Hello everyone !
I am currently de novo assembling a drosophila genome, with a high level of polymorphism, using long PacBio reads. As my sequencing coverage is enough (220x), I chose to use the "PacBio" only method, which consist in "polishing" the final assembly by aligning raw reads against it and correct base by base. The algorithm performing this step is called quiver.
After polishing my assembly, I decided to align RNAseq reads against it and to check what was going on. I realised that in some particular region, some indels remains and refuse to disappear. I have tried to increase the polishing coverage to deal with these indels, but it didn’t worked. I don't have enough coverage with Illumina reads, so I can't use Pilon to correct theses regions using short reads.
Also, manually by looking at it in IGV, I couldn’t find any others example that the particular region I am talking about.
Does anyone ever experienced that problem ? Any idea about how to calculate indel rate without a reference genome ? How can I find some others regions with high indel rate ?

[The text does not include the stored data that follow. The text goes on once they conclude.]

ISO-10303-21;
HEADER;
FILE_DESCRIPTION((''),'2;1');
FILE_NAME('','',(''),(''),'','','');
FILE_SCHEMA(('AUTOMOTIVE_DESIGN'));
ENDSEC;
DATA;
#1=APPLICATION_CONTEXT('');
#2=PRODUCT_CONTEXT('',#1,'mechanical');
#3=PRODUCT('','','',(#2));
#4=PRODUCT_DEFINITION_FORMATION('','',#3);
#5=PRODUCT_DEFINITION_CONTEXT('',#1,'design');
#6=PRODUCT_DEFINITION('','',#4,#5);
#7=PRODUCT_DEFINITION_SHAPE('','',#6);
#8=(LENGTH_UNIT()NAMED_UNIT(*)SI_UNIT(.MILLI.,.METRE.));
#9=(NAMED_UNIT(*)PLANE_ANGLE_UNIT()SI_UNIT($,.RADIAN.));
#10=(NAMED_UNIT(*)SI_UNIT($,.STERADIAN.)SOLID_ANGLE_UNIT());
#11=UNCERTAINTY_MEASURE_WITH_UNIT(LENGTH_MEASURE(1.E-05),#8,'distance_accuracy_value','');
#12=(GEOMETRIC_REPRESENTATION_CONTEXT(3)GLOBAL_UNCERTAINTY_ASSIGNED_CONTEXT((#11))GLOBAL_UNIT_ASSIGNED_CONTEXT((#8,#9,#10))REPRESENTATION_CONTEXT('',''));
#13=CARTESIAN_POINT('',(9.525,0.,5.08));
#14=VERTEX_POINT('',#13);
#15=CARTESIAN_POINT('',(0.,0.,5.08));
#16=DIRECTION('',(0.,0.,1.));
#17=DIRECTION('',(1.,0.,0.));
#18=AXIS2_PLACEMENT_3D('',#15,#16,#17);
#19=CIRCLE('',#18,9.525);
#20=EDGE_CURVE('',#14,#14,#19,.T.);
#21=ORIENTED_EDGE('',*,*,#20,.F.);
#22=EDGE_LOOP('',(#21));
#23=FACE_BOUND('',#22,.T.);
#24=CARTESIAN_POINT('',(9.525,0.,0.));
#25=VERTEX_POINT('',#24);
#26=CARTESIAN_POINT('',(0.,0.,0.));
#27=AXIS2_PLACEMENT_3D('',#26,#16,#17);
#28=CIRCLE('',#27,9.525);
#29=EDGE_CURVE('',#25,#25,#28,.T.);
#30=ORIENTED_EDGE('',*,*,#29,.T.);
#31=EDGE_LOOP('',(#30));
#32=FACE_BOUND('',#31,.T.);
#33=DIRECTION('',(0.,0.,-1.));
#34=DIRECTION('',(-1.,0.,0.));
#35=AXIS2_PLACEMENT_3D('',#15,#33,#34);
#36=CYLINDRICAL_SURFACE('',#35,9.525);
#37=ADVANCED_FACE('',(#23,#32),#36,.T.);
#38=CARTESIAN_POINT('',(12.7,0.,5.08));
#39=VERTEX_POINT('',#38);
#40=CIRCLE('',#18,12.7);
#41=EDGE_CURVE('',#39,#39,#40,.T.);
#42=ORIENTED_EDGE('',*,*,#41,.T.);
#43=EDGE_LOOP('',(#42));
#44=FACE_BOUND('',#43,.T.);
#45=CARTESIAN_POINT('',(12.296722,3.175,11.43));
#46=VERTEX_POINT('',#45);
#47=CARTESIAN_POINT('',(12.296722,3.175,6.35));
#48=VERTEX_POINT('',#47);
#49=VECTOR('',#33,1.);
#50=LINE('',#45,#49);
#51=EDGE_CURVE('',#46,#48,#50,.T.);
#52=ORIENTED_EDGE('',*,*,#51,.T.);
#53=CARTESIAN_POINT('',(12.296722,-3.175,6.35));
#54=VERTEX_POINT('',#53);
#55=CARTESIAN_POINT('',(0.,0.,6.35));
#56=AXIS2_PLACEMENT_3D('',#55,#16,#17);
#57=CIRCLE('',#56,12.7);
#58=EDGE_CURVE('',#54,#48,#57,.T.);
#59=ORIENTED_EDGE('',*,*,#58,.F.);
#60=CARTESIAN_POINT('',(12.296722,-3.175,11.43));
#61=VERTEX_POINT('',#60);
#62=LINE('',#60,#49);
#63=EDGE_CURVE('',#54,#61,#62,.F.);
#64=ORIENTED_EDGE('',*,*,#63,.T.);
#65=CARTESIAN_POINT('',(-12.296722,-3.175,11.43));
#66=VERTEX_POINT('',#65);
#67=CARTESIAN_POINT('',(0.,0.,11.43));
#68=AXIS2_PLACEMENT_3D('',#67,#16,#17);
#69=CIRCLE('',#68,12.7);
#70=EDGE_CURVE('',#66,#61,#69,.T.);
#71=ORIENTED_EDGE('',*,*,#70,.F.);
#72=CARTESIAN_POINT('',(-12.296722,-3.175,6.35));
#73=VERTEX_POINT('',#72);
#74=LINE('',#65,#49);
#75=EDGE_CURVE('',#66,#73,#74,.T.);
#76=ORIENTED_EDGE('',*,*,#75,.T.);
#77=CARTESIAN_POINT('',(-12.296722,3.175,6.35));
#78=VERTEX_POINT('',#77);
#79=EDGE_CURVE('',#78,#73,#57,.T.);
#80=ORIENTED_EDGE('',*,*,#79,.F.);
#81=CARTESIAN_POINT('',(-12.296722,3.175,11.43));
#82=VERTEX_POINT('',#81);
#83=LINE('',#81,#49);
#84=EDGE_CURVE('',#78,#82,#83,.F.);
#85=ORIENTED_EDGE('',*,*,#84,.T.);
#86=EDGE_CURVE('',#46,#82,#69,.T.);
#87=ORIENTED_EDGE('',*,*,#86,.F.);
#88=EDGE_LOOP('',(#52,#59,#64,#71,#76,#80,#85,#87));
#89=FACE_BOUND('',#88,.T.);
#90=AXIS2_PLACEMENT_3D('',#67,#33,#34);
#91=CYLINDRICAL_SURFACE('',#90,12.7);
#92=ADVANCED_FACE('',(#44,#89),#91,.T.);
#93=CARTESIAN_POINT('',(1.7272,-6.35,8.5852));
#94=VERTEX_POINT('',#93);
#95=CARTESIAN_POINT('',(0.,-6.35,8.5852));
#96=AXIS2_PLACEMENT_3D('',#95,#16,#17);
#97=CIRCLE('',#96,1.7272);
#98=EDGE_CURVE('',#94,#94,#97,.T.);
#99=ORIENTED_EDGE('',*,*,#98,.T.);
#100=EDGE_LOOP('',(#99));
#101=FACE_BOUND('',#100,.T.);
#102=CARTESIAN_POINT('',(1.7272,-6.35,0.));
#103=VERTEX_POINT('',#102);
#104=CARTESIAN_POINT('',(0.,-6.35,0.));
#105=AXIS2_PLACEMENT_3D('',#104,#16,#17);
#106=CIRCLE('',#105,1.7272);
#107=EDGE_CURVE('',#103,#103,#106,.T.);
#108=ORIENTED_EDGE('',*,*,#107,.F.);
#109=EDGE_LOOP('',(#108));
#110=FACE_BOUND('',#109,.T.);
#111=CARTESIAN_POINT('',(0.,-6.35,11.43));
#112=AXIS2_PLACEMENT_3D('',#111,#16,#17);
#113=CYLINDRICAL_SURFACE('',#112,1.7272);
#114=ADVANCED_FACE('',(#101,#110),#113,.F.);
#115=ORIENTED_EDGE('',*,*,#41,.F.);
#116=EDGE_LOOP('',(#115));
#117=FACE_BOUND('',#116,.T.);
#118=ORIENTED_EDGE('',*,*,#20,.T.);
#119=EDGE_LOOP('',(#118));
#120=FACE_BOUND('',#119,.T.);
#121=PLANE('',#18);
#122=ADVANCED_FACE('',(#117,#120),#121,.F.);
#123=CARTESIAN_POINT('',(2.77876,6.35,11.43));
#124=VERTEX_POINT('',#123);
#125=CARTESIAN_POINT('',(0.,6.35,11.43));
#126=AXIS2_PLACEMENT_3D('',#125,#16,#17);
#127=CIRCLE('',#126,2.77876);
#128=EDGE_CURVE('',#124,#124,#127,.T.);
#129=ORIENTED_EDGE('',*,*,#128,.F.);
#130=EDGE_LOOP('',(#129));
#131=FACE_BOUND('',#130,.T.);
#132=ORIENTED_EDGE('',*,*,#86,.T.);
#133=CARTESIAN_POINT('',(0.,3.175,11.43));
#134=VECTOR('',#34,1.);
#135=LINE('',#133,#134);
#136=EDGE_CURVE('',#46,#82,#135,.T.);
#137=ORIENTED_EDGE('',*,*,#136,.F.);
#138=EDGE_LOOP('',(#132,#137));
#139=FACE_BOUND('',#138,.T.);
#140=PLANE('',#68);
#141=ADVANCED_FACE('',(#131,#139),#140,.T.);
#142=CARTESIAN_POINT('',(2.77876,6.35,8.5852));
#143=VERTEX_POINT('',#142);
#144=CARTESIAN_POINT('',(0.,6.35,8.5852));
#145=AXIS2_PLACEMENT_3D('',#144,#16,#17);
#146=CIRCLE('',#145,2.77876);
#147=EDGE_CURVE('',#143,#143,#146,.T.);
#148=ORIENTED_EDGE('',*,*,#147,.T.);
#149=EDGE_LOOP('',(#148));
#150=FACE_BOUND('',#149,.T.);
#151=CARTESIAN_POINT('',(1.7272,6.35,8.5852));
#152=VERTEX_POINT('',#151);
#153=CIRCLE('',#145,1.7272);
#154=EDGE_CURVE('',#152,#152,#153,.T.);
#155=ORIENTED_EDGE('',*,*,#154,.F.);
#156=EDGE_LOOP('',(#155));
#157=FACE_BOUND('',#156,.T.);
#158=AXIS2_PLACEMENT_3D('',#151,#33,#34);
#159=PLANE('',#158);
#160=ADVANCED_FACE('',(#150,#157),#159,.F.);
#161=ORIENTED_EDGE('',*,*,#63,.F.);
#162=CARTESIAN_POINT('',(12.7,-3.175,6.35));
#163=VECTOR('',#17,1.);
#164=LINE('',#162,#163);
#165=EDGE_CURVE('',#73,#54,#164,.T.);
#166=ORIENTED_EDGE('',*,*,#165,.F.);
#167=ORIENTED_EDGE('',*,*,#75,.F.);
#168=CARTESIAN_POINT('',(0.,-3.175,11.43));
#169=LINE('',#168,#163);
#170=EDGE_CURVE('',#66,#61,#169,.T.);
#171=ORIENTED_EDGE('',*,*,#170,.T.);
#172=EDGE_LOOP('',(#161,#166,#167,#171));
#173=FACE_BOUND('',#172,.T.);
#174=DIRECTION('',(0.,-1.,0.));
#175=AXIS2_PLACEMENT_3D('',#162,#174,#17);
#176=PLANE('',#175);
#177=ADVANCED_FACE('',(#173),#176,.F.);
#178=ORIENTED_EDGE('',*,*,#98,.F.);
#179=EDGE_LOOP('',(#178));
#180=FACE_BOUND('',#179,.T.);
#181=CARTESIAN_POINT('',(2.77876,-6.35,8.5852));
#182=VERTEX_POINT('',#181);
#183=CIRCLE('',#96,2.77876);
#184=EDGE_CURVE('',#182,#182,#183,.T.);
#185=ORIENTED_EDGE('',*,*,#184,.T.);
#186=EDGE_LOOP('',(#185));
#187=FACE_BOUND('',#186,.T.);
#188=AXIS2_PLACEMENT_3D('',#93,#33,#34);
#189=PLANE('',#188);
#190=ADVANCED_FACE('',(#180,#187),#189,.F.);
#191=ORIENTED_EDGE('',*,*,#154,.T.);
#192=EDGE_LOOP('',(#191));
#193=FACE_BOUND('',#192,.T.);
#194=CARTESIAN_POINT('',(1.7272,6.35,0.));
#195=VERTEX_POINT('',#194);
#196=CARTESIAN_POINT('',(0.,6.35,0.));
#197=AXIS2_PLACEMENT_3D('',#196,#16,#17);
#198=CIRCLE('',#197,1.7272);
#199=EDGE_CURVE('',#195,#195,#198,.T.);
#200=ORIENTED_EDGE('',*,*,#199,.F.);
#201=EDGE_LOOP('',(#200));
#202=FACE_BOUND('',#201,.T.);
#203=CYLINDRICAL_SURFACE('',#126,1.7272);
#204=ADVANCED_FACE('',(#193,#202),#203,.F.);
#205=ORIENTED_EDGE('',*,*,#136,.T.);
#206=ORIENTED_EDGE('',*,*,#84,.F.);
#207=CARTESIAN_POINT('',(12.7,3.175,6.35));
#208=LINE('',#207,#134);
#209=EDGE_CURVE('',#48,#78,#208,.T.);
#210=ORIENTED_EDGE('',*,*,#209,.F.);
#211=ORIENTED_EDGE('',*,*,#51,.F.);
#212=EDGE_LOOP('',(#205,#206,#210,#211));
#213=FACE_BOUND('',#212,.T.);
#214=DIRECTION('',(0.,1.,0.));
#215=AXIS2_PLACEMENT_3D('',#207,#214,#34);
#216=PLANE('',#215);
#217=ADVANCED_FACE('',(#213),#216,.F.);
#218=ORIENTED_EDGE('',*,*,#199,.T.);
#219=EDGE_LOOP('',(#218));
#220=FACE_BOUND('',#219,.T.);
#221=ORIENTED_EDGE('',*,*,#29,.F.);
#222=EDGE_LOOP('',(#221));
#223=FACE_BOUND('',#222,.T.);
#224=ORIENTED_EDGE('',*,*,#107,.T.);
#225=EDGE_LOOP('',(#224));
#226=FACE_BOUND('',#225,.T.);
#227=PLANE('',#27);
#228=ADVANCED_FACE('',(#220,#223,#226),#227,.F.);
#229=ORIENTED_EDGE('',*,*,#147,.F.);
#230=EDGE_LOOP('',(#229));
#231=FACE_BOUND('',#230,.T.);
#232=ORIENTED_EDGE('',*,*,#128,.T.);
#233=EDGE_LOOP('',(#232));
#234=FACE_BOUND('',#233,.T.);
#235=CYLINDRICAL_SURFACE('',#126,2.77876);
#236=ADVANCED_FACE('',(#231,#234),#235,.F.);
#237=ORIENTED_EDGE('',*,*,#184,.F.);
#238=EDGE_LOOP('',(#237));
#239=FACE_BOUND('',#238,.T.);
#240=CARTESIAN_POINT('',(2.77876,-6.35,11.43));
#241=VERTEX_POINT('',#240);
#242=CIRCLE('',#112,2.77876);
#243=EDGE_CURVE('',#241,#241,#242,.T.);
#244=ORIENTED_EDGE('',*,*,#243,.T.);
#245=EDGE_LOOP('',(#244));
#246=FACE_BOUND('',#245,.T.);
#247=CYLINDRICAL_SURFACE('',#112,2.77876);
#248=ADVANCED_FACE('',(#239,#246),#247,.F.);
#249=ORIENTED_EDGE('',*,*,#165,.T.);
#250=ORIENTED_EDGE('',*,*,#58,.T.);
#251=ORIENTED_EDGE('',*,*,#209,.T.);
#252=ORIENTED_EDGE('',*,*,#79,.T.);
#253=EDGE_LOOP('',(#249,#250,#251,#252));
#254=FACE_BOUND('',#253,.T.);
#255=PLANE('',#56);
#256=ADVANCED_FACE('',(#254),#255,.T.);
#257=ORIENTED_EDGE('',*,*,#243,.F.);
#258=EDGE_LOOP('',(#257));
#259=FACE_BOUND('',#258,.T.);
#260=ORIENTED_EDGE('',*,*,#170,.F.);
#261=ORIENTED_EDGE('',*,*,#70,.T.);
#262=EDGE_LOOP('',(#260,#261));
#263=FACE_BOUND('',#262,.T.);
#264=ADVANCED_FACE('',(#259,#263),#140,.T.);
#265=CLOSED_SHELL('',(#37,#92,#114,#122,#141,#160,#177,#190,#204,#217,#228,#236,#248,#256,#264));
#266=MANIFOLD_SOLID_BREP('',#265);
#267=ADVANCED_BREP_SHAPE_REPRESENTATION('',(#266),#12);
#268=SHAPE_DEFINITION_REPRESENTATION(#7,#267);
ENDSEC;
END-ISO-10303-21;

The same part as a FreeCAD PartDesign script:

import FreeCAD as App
import Part
import Sketcher
from FreeCAD import Vector
Q = App.Units.Quantity

doc = App.newDocument("Part")
body = doc.addObject("PartDesign::Body", "Body")

# Sketch on XY plane
sketch1 = body.newObject("Sketcher::SketchObject", "Sketch")
sketch1.AttachmentSupport = (doc.getObject("XY_Plane"), [""])
sketch1.MapMode = "FlatFace"
sketch1.addGeometry(Part.Circle(Vector(0, 0, 0), Vector(0, 0, 1), 10), False)
sketch1.addConstraint(Sketcher.Constraint("Coincident", 0, 3, -1, 1))
sketch1.addConstraint(Sketcher.Constraint("Diameter", 0, Q("0.75 in")))
pad1 = body.newObject("PartDesign::Pad", "Pad")
pad1.Profile = sketch1
pad1.Length = Q("0.2 in")

# Sketch on XY plane
sketch2 = body.newObject("Sketcher::SketchObject", "Sketch001")
sketch2.AttachmentSupport = (doc.getObject("XY_Plane"), [""])
sketch2.MapMode = "FlatFace"
sketch2.AttachmentOffset = App.Placement(Vector(0, 0, 0.2 * 25.4), App.Rotation())
sketch2.addGeometry(Part.Circle(Vector(0, 0, 0), Vector(0, 0, 1), 13), False)
sketch2.addConstraint(Sketcher.Constraint("Coincident", 0, 3, -1, 1))
sketch2.addConstraint(Sketcher.Constraint("Diameter", 0, Q("1 in")))
pad2 = body.newObject("PartDesign::Pad", "Pad001")
pad2.Profile = sketch2
pad2.Length = Q("0.25 in")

I hope that I was clear, don't hesitate to ask me any question to clarify myself,
Cheers,
Roxane
We found a similar situation once when we looked into genes (~3kbp) which were present in multiple copies. In that case there were >100 copies of that gene and Quiver did not manage to determine for some of them the correct sequence. This is likely the case if two regions are too similar and mapping becomes ambiguous. That said, we made 5 iterations of polishing (it was a smaller genome) and many of them got polished as a correction helps in the next round to determine better mapping of previously ambiguous reads. But for a few SNPs it flipped back & forth not being capable to find the correct sense. We finally did manual curation and PCR - probably not what you want to do...
Can you comment on the size/numbers of these indels?
I assume your genome sequence did not come from a single fly and was a mix of a bunch.
Indels are like a single nucleotide inserted, or missing, it is not assembly wide, just in a particular regions that I was able to find this. The numbers, I can't say exactly, because I am not sure that there is not other case else where in my assembly. In the concerned region, it was like maximum 10 (of a single insertion or deletions, rarely 2 nucleotide).
Indeed, it come from a bunch of several flies, that is why polymorphism can be a issue.
In this case, I suspect more the sequencing technology, with its higher error rate for indel, to cause this issue. The problem is that it is supposed to be solved using quiver. But in my particular region it is not...
Is it better the way I explained ?
If your RNAseq reads (which I assume are illumina) are consistently showing the same sequence then would it be better to trust them (especially if the differences with the reference are only a single bp)?
Yeah of course, I know I should trust them. I want to correct indels regarding RNAseq mapping indications. If RNAseq mapping indicate that there is an indel, then I want to correct it. But I want a way to estimate how many indels like this I have in my assembly, and how to correct them without doing it manually.